What’s new while creating vSphere storage policy?
Site Recovery Manager 6.1 adds a new type of protection group which is a storage policy-based protection group. Storage policy-based protection groups use vSphere storage profiles to identify protected datastores and virtual machines. They automate the process of protecting and unprotecting virtual machines and adding and removing datastores from protection groups. In order to easily identify IBM storage objects in vSphere inventory, you can create an IBM storage tag to create tag rule based storage policy and then associate stretched datastore to a storage policy using IBM storage tag based rules.
How to configure SRM for this solution?
- After pairing the sites together, IBM Storwize Family SRA should be registered with the SRM server instances at primary and recovery sites and then configure array manager using SVC nodes.
- Configure bidirectional Network Mappings, Folder Mappings, Resource Mappings, and Placeholder Datastores Mappings between protected and recovery sites.
- NEW ⇒ SRM 6.1 allows you to configure storage policy based protection group using storage policy mappings. When the storage policy at the protected site is mapped to storage policy at the recovery site, SRM places the recovered virtual machines in the vCenter server inventory and on datastores on the recovery site according to the storage policies that is mapped to on the recovery site.

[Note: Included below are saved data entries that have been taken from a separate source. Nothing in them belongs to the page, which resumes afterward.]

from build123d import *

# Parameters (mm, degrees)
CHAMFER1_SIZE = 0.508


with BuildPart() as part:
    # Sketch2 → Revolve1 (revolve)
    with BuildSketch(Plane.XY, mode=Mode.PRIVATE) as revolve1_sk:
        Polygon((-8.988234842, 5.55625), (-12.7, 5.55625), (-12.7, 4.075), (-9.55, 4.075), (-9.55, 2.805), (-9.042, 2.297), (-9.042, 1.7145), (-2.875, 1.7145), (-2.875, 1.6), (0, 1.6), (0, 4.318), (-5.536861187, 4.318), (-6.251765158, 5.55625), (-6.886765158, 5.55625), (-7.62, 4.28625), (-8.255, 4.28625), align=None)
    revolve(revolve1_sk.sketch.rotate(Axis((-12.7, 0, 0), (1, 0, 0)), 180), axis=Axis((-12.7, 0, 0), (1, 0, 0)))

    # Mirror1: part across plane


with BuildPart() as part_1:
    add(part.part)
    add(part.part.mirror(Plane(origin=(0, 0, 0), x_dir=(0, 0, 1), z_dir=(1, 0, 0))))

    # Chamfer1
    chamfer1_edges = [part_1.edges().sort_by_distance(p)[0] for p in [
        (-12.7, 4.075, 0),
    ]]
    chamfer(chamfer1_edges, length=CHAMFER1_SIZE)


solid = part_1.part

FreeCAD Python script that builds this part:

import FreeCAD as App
import Part
import Sketcher

V = App.Vector
Q = App.Units.Quantity


def edges_at(feature, points):
    """Names of the edges that pass closest to the given points."""
    edges = feature.Shape.Edges
    near = lambda p: min(range(len(edges)), key=lambda i: edges[i].distToShape(Part.Vertex(*p))[0])
    return sorted({f"Edge{near(p) + 1}" for p in points})


def add_polygon(sketch, points):
    """Adds a closed chain of lines whose ends are joined by coincident constraints."""
    first, n = sketch.GeometryCount, len(points)
    for a, b in zip(points, points[1:] + points[:1]):
        sketch.addGeometry(Part.LineSegment(App.Vector(*a, 0), App.Vector(*b, 0)), False)
    for i in range(n):
        sketch.addConstraint(Sketcher.Constraint("Coincident", first + i, 2, first + (i + 1) % n, 1))

doc = App.newDocument("Part")
params = doc.addObject("Spreadsheet::Sheet", "Params")
for row, (alias, value) in enumerate([
    ("sketch1_height", "0.05 in"),
    ("sketch1_width", "0.025 in"),
    ("revolution_angle", "360 deg"),
    ("chamfer_size", "0.02 in"),
], start=1):
    params.set(f"A{row}", alias)
    params.set(f"B{row}", "=" + value)
    params.setAlias(f"B{row}", alias)

body = doc.addObject("PartDesign::Body", "Body")

sketch1 = doc.addObject("Sketcher::SketchObject", "Sketch")
body.addObject(sketch1)
sketch1.AttachmentSupport = (doc.XY_Plane, [""])
sketch1.MapMode = "FlatFace"
add_polygon(sketch1, [(-8.99, 5.56), (-12.7, 5.56), (-12.7, 4.08), (-9.55, 4.08), (-9.55, 2.81), (-9.04, 2.3), (-9.04, 1.71), (-2.88, 1.71), (-2.88, 1.6), (0, 1.6), (0, 4.32), (-5.54, 4.32), (-6.25, 5.56), (-6.89, 5.56), (-7.62, 4.29), (-8.26, 4.29)])
sketch1.addConstraint(Sketcher.Constraint("Horizontal", 0))
sketch1.addConstraint(Sketcher.Constraint("Vertical", 1))
sketch1.addConstraint(Sketcher.Constraint("Horizontal", 2))
sketch1.addConstraint(Sketcher.Constraint("Vertical", 3))
sketch1.addConstraint(Sketcher.Constraint("Vertical", 5))
sketch1.addConstraint(Sketcher.Constraint("Horizontal", 6))
sketch1.addConstraint(Sketcher.Constraint("Vertical", 7))
sketch1.addConstraint(Sketcher.Constraint("Horizontal", 8))
sketch1.addConstraint(Sketcher.Constraint("Vertical", 9))
sketch1.addConstraint(Sketcher.Constraint("Horizontal", 10))
sketch1.addConstraint(Sketcher.Constraint("Horizontal", 12))
sketch1.addConstraint(Sketcher.Constraint("Horizontal", 14))
sketch1.addConstraint(Sketcher.Constraint("PointOnObject", 8, 2, -2))
sketch1.addConstraint(Sketcher.Constraint("Parallel", 11, 15))
sketch1.addConstraint(Sketcher.Constraint("Horizontal", 0, 2, 11, 2))
sketch1.addConstraint(Sketcher.Constraint("Equal", 12, 14))
sketch1.addConstraint(Sketcher.Constraint("Equal", 13, 15))
sketch1.addConstraint(Sketcher.Constraint("Angle", 4, Q("-45 deg")))
sketch1.addConstraint(Sketcher.Constraint("Angle", 11, Q("120 deg")))
sketch1.addConstraint(Sketcher.Constraint("DistanceY", 3, 2, 3, 1, Q("0.05 in")))
sketch1.addConstraint(Sketcher.Constraint("DistanceX", 0, 2, -1, 1, Q("0.5 in")))
sketch1.addConstraint(Sketcher.Constraint("DistanceX", 13, 2, -1, 1, Q("0.3 in")))
sketch1.addConstraint(Sketcher.Constraint("DistanceX", 12, 2, 12, 1, Q("0.025 in")))
sketch1.addConstraint(Sketcher.Constraint("DistanceY", -1, 1, 9, 2, Q("0.17 in")))
sketch1.addConstraint(Sketcher.Constraint("DistanceX", 3, 2, 4, 2, Q("0.02 in")))
sketch1.addConstraint(Sketcher.Constraint("DistanceY", 13, 2, 12, 2, Q("0.05 in")))
sketch1.addConstraint(Sketcher.Constraint("DistanceY", -1, 1, 0, 2, Q("0.21875 in")))
sketch1.addConstraint(Sketcher.Constraint("DistanceX", 2, 1, 2, 2, Q("3.15 mm")))
sketch1.addConstraint(Sketcher.Constraint("DistanceX", 6, 1, 6, 2, Q("6.167 mm")))
sketch1.addConstraint(Sketcher.Constraint("DistanceY", 5, 2, 5, 1, Q("0.5825 mm")))
sketch1.addConstraint(Sketcher.Constraint("DistanceY", 7, 2, 7, 1, Q("0.1145 mm")))
sketch1.addConstraint(Sketcher.Constraint("DistanceY", 9, 1, 9, 2, Q("2.718 mm")))
sketch1.setExpression("Constraints[35]", "Params.sketch1_height")
sketch1.setExpression("Constraints[38]", "Params.sketch1_width")
revolution = doc.addObject("PartDesign::Revolution", "Revolution")
body.addObject(revolution)
revolution.Profile = sketch1
revolution.ReferenceAxis = (sketch1, ["H_Axis"])
revolution.setExpression("Angle", "Params.revolution_angle")
body2 = doc.addObject("PartDesign::Body", "Body001")
doc.recompute()

body2.BaseFeature = body
doc.recompute()

mirroring = doc.addObject("Part::Mirroring", "Mirroring")
mirroring.Source = body
mirroring.Base = V(0, 0, 0)
mirroring.Normal = V(1, 0, 0)
body3 = doc.addObject("PartDesign::Body", "Body002")
body3.BaseFeature = mirroring
boolean = doc.addObject("PartDesign::Boolean", "Boolean")
body2.addObject(boolean)
boolean.Type = "Fuse"
boolean.addObjects([body3])
doc.recompute()

chamfer = doc.addObject("PartDesign::Chamfer", "Chamfer")
body2.addObject(chamfer)
chamfer.Base = (boolean, edges_at(boolean, [(-12.7, 4.075, 0)]))
chamfer.setExpression("Size", "Params.chamfer_size")
mirroring.Visibility = False

doc.recompute()
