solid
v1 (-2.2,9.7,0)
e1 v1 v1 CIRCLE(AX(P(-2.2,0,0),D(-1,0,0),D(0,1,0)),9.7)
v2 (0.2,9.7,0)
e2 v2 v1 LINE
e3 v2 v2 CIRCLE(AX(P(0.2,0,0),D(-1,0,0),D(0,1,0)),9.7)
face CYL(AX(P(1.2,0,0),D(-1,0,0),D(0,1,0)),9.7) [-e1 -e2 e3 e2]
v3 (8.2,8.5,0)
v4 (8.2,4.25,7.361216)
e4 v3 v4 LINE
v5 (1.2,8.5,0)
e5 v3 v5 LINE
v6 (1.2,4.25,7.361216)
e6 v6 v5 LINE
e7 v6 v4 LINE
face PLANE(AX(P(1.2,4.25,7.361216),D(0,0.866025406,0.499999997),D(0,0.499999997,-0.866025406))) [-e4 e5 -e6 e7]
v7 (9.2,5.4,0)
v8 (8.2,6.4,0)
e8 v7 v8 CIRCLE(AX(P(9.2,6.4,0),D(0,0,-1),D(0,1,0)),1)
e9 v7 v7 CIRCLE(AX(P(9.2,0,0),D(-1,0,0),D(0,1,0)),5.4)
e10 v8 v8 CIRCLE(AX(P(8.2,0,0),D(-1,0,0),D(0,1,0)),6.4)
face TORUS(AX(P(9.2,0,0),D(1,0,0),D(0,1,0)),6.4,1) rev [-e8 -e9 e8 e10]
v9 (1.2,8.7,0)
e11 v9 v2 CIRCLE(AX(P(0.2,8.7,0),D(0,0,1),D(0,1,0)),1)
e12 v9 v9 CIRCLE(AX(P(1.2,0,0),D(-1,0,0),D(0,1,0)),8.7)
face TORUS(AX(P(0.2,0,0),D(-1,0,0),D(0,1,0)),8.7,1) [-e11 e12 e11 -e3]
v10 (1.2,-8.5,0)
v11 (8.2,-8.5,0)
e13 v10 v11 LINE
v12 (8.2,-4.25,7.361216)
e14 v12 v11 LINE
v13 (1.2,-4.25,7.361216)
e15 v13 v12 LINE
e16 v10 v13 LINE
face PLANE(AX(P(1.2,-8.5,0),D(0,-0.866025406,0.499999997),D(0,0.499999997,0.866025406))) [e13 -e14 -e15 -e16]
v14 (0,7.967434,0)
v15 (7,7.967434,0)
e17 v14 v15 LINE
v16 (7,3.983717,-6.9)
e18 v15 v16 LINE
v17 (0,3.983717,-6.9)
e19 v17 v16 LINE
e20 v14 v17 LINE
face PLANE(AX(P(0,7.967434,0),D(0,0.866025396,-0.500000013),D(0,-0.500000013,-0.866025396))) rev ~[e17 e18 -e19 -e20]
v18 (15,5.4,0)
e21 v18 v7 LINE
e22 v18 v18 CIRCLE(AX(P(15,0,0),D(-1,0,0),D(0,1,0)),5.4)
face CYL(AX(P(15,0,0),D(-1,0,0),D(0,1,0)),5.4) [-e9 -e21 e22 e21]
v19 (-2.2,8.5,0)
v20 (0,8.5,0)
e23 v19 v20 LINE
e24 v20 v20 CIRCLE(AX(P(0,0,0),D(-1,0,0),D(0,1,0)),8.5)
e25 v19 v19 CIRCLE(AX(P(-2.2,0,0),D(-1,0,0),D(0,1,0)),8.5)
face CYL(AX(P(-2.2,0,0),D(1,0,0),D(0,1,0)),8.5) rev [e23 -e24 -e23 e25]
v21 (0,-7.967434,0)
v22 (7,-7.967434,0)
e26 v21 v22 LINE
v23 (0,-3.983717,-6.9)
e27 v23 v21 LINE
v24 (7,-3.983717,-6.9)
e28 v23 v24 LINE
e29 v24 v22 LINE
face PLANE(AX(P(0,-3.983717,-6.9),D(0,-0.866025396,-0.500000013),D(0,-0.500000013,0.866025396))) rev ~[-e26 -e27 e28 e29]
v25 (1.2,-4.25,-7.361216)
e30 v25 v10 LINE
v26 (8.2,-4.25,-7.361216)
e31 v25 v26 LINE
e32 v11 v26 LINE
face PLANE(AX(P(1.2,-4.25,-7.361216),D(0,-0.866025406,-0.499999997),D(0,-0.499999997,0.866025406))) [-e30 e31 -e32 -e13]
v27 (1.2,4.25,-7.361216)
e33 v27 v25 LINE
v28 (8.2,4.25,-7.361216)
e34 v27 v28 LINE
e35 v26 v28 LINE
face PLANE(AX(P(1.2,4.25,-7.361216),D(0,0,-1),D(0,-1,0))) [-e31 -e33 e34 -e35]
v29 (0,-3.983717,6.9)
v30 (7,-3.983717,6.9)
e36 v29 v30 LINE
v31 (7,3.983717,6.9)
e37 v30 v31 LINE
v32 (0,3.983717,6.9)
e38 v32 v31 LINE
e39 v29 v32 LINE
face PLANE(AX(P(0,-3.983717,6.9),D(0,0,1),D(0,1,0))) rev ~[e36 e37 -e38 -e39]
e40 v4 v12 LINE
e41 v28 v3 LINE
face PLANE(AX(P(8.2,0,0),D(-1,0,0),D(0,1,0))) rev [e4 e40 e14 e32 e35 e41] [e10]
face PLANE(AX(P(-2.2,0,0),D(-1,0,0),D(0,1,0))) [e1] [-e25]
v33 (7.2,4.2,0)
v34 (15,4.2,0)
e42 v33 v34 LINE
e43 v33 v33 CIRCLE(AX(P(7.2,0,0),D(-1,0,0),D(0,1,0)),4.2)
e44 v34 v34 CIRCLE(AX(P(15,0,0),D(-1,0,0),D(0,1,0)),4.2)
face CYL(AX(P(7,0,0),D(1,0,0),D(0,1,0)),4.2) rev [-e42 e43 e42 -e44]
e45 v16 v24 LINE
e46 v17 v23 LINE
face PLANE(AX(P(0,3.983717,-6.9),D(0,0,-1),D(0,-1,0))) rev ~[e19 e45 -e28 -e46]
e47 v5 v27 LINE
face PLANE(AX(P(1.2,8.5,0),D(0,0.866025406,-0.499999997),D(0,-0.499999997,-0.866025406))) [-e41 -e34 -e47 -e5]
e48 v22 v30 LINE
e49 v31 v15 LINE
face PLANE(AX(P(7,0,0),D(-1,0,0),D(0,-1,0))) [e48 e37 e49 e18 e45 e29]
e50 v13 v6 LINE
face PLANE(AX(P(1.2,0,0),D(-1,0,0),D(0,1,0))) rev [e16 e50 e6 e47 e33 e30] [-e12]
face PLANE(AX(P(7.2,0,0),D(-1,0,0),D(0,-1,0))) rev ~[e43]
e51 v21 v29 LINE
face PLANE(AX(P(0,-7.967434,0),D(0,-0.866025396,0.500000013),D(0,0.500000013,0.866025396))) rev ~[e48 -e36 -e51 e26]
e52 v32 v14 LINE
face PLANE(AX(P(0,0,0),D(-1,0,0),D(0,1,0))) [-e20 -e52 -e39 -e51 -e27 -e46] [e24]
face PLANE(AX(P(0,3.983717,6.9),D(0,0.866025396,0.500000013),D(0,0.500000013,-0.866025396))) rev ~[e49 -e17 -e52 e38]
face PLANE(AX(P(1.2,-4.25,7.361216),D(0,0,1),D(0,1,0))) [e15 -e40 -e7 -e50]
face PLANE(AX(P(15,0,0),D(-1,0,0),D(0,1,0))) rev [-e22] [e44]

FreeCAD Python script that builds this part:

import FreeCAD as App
import Part
import Sketcher
Q = App.Units.Quantity


def edges_at(feature, points):
    """Names of the edges that pass closest to the given points."""
    edges = feature.Shape.Edges
    near = lambda p: min(range(len(edges)), key=lambda i: edges[i].distToShape(Part.Vertex(*p))[0])
    return sorted({f"Edge{near(p) + 1}" for p in points})

doc = App.newDocument("Part")
body = doc.addObject("PartDesign::Body", "Body")

sketch1 = body.newObject("Sketcher::SketchObject", "Sketch")
sketch1.AttachmentSupport = (doc.getObject("XY_Plane"), [""])
sketch1.MapMode = "FlatFace"
sketch1.addGeometry([
    Part.LineSegment(App.Vector(0, 8.5, 0), App.Vector(0, 6.7, 0)),
    Part.LineSegment(App.Vector(0, 6.7, 0), App.Vector(7, 6.7, 0)),
    Part.LineSegment(App.Vector(7, 6.7, 0), App.Vector(7, 4.2, 0)),
    Part.LineSegment(App.Vector(7, 4.2, 0), App.Vector(15, 4.2, 0)),
    Part.LineSegment(App.Vector(15, 4.2, 0), App.Vector(15, 5.4, 0)),
    Part.LineSegment(App.Vector(15, 5.4, 0), App.Vector(8.2, 5.4, 0)),
    Part.LineSegment(App.Vector(8.2, 5.4, 0), App.Vector(8.2, 8.5, 0)),
    Part.LineSegment(App.Vector(8.2, 8.5, 0), App.Vector(1.2, 8.5, 0)),
    Part.LineSegment(App.Vector(1.2, 8.5, 0), App.Vector(1.2, 9.7, 0)),
    Part.LineSegment(App.Vector(1.2, 9.7, 0), App.Vector(-2.2, 9.7, 0)),
    Part.LineSegment(App.Vector(-2.2, 9.7, 0), App.Vector(-2.2, 8.5, 0)),
    Part.LineSegment(App.Vector(-2.2, 8.5, 0), App.Vector(0, 8.5, 0)),
], False)
sketch1.addConstraint([
    Sketcher.Constraint("Coincident", 0, 2, 1, 1),
    Sketcher.Constraint("Coincident", 1, 2, 2, 1),
    Sketcher.Constraint("Coincident", 2, 2, 3, 1),
    Sketcher.Constraint("Coincident", 3, 2, 4, 1),
    Sketcher.Constraint("Coincident", 4, 2, 5, 1),
    Sketcher.Constraint("Coincident", 5, 2, 6, 1),
    Sketcher.Constraint("Coincident", 6, 2, 7, 1),
    Sketcher.Constraint("Coincident", 7, 2, 8, 1),
    Sketcher.Constraint("Coincident", 8, 2, 9, 1),
    Sketcher.Constraint("Coincident", 9, 2, 10, 1),
    Sketcher.Constraint("Coincident", 10, 2, 11, 1),
    Sketcher.Constraint("Coincident", 11, 2, 0, 1),
    Sketcher.Constraint("Vertical", 0),
    Sketcher.Constraint("Horizontal", 1),
    Sketcher.Constraint("Vertical", 2),
    Sketcher.Constraint("Horizontal", 3),
    Sketcher.Constraint("Vertical", 4),
    Sketcher.Constraint("Horizontal", 5),
    Sketcher.Constraint("Vertical", 6),
    Sketcher.Constraint("Horizontal", 7),
    Sketcher.Constraint("Vertical", 8),
    Sketcher.Constraint("Horizontal", 9),
    Sketcher.Constraint("Vertical", 10),
    Sketcher.Constraint("Horizontal", 11),
    Sketcher.Constraint("PointOnObject", 0, 2, -2),
    Sketcher.Constraint("Horizontal", 7, 2, 10, 2),
    Sketcher.Constraint("Equal", 1, 7),
    Sketcher.Constraint("Equal", 4, 8),
    Sketcher.Constraint("DistanceX", 1, 1, 1, 2, Q("7 mm")),
    Sketcher.Constraint("DistanceX", 3, 1, 3, 2, Q("8 mm")),
    Sketcher.Constraint("DistanceX", 5, 2, 5, 1, Q("6.8 mm")),
    Sketcher.Constraint("DistanceX", 9, 2, 9, 1, Q("3.4 mm")),
    Sketcher.Constraint("DistanceY", 0, 2, 0, 1, Q("1.8 mm")),
    Sketcher.Constraint("DistanceY", 2, 2, 2, 1, Q("2.5 mm")),
    Sketcher.Constraint("DistanceY", 4, 1, 4, 2, Q("1.2 mm")),
    Sketcher.Constraint("DistanceY", -1, 1, 0, 2, Q("6.7 mm")),
])
revolution = body.newObject("PartDesign::Revolution", "Revolution")
revolution.Profile = sketch1
revolution.ReferenceAxis = (sketch1, ["H_Axis"])
revolution.Angle = 360

sketch2 = body.newObject("Sketcher::SketchObject", "Sketch001")
sketch2.AttachmentSupport = (doc.getObject("YZ_Plane"), [""])
sketch2.MapMode = "FlatFace"
sketch2.addGeometry([
    Part.LineSegment(App.Vector(-4, 7, 0), App.Vector(4, 7, 0)),
    Part.LineSegment(App.Vector(4, 7, 0), App.Vector(8, 0, 0)),
    Part.LineSegment(App.Vector(8, 0, 0), App.Vector(4, -7, 0)),
    Part.LineSegment(App.Vector(4, -7, 0), App.Vector(-4, -7, 0)),
    Part.LineSegment(App.Vector(-4, -7, 0), App.Vector(-8, 0, 0)),
    Part.LineSegment(App.Vector(-8, 0, 0), App.Vector(-4, 7, 0)),
], False)
sketch2.addConstraint([
    Sketcher.Constraint("Coincident", 0, 2, 1, 1),
    Sketcher.Constraint("Coincident", 1, 2, 2, 1),
    Sketcher.Constraint("Coincident", 2, 2, 3, 1),
    Sketcher.Constraint("Coincident", 3, 2, 4, 1),
    Sketcher.Constraint("Coincident", 4, 2, 5, 1),
    Sketcher.Constraint("Coincident", 5, 2, 0, 1),
    Sketcher.Constraint("Horizontal", 0),
    Sketcher.Constraint("Horizontal", 3),
    Sketcher.Constraint("Symmetric", 0, 2, 3, 2, -1, 1),
    Sketcher.Constraint("Symmetric", 1, 2, 4, 2, -1, 1),
    Sketcher.Constraint("PointOnObject", 1, 2, -1),
    Sketcher.Constraint("Parallel", 2, 5),
    Sketcher.Constraint("Vertical", 0, 2, 2, 2),
    Sketcher.Constraint("Angle", 1, Q("-59.999999 deg")),
    Sketcher.Constraint("DistanceY", -1, 1, 0, 2, Q("6.9 mm")),
    Sketcher.Constraint("DistanceX", 0, 1, 0, 2, Q("7.967434 mm")),
])
pocket1 = body.newObject("PartDesign::Pocket", "Pocket")
pocket1.Profile = sketch2
pocket1.Length = 7
pocket1.Reversed = True

sketch3 = body.newObject("Sketcher::SketchObject", "Sketch002")
sketch3.AttachmentSupport = (doc.getObject("YZ_Plane"), [""])
sketch3.MapMode = "FlatFace"
sketch3.AttachmentOffset = App.Placement(App.Vector(0, 0, 1.2), App.Rotation())
sketch3.addGeometry([
    Part.Circle(App.Vector(0, 0, 0), App.Vector(0, 0, 1), 10),
    Part.LineSegment(App.Vector(-4, -7, 0), App.Vector(-8, 0, 0)),
    Part.LineSegment(App.Vector(-8, 0, 0), App.Vector(-4, 7, 0)),
    Part.LineSegment(App.Vector(-4, 7, 0), App.Vector(4, 7, 0)),
    Part.LineSegment(App.Vector(4, 7, 0), App.Vector(8, 0, 0)),
    Part.LineSegment(App.Vector(8, 0, 0), App.Vector(4, -7, 0)),
    Part.LineSegment(App.Vector(4, -7, 0), App.Vector(-4, -7, 0)),
], False)
sketch3.addConstraint([
    Sketcher.Constraint("Coincident", 1, 2, 2, 1),
    Sketcher.Constraint("Coincident", 2, 2, 3, 1),
    Sketcher.Constraint("Coincident", 3, 2, 4, 1),
    Sketcher.Constraint("Coincident", 4, 2, 5, 1),
    Sketcher.Constraint("Coincident", 5, 2, 6, 1),
    Sketcher.Constraint("Coincident", 6, 2, 1, 1),
    Sketcher.Constraint("Horizontal", 3),
    Sketcher.Constraint("Horizontal", 6),
    Sketcher.Constraint("Coincident", 0, 3, -1, 1),
    Sketcher.Constraint("Symmetric", 1, 2, 4, 2, -1, 1),
    Sketcher.Constraint("Symmetric", 2, 2, 5, 2, -1, 1),
    Sketcher.Constraint("PointOnObject", 1, 2, -1),
    Sketcher.Constraint("Parallel", 1, 4),
    Sketcher.Constraint("Vertical", 3, 2, 5, 2),
    Sketcher.Constraint("Angle", 1, Q("120 deg")),
    Sketcher.Constraint("DistanceX", 3, 1, 3, 2, Q("8.5 mm")),
    Sketcher.Constraint("DistanceX", 1, 2, 4, 2, Q("17 mm")),
    Sketcher.Constraint("Diameter", 0, Q("20.271386 mm")),
])
pocket2 = body.newObject("PartDesign::Pocket", "Pocket001")
pocket2.Profile = sketch3
pocket2.Type = "ThroughAll"
pocket2.Reversed = True
doc.recompute()

fillet = body.newObject("PartDesign::Fillet", "Fillet")
fillet.Base = (pocket2, edges_at(pocket2, [(8.2, -5.4, 0)]))
fillet.Radius = 1
doc.recompute()

fillet2 = body.newObject("PartDesign::Fillet", "Fillet001")
fillet2.Base = (fillet, edges_at(fillet, [(1.2, -9.7, 0)]))
fillet2.Radius = 1

sketch4 = body.newObject("Sketcher::SketchObject", "Sketch003")
sketch4.AttachmentSupport = (doc.getObject("YZ_Plane"), [""])
sketch4.MapMode = "FlatFace"
sketch4.AttachmentOffset = App.Placement(App.Vector(0, 0, 7), App.Rotation())
sketch4.addGeometry(Part.Circle(App.Vector(0, 0, 0), App.Vector(0, 0, 1), 4.2), False)
sketch4.addConstraint([
    Sketcher.Constraint("Coincident", 0, 3, -1, 1),
    Sketcher.Constraint("Diameter", 0, Q("8.4 mm")),
])
pad1 = body.newObject("PartDesign::Pad", "Pad")
pad1.Profile = sketch4
pad1.Length = 0.2

doc.recompute()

- NEW ⇒ Storage policy based protection group enables automated protection of virtual machines that are associated with a storage policy which in turn are created by tagging them to reside on a particular datastore. When a virtual machine is associated or disassociated with a storage policy, SRM automatically protects or unprotects it.
- Configure a recovery plan using storage policy based protection group.
Why to test recovery plan?
The tested recovery plan make the environment ready for disaster recovery situations by running almost every aspect of a recovery plan. It is strongly recommended to test the recovery plan for planned migration and disaster recovery situations to avoid surprises.
Okay. I've recovery plan but what’s next??
Failover and reprotect recovery plan: After successfully testing a recovery plan, recovery plan is ready for either planned failover or disaster recovery situations. After fail over, recovery site becomes primary. SRM provides reprotect function to provide automated protection in a reverse direction.
Hopefully above steps will give overview of various configuration steps required to setup a solution and plan accordingly. For additional details related to the configuration, refer technical guide Implementing disaster recovery using IBM SAN Volume Controller and VMware Site Recovery Manager.
Disclaimer : These are my personal views and do not necessarily reflect that of my employer.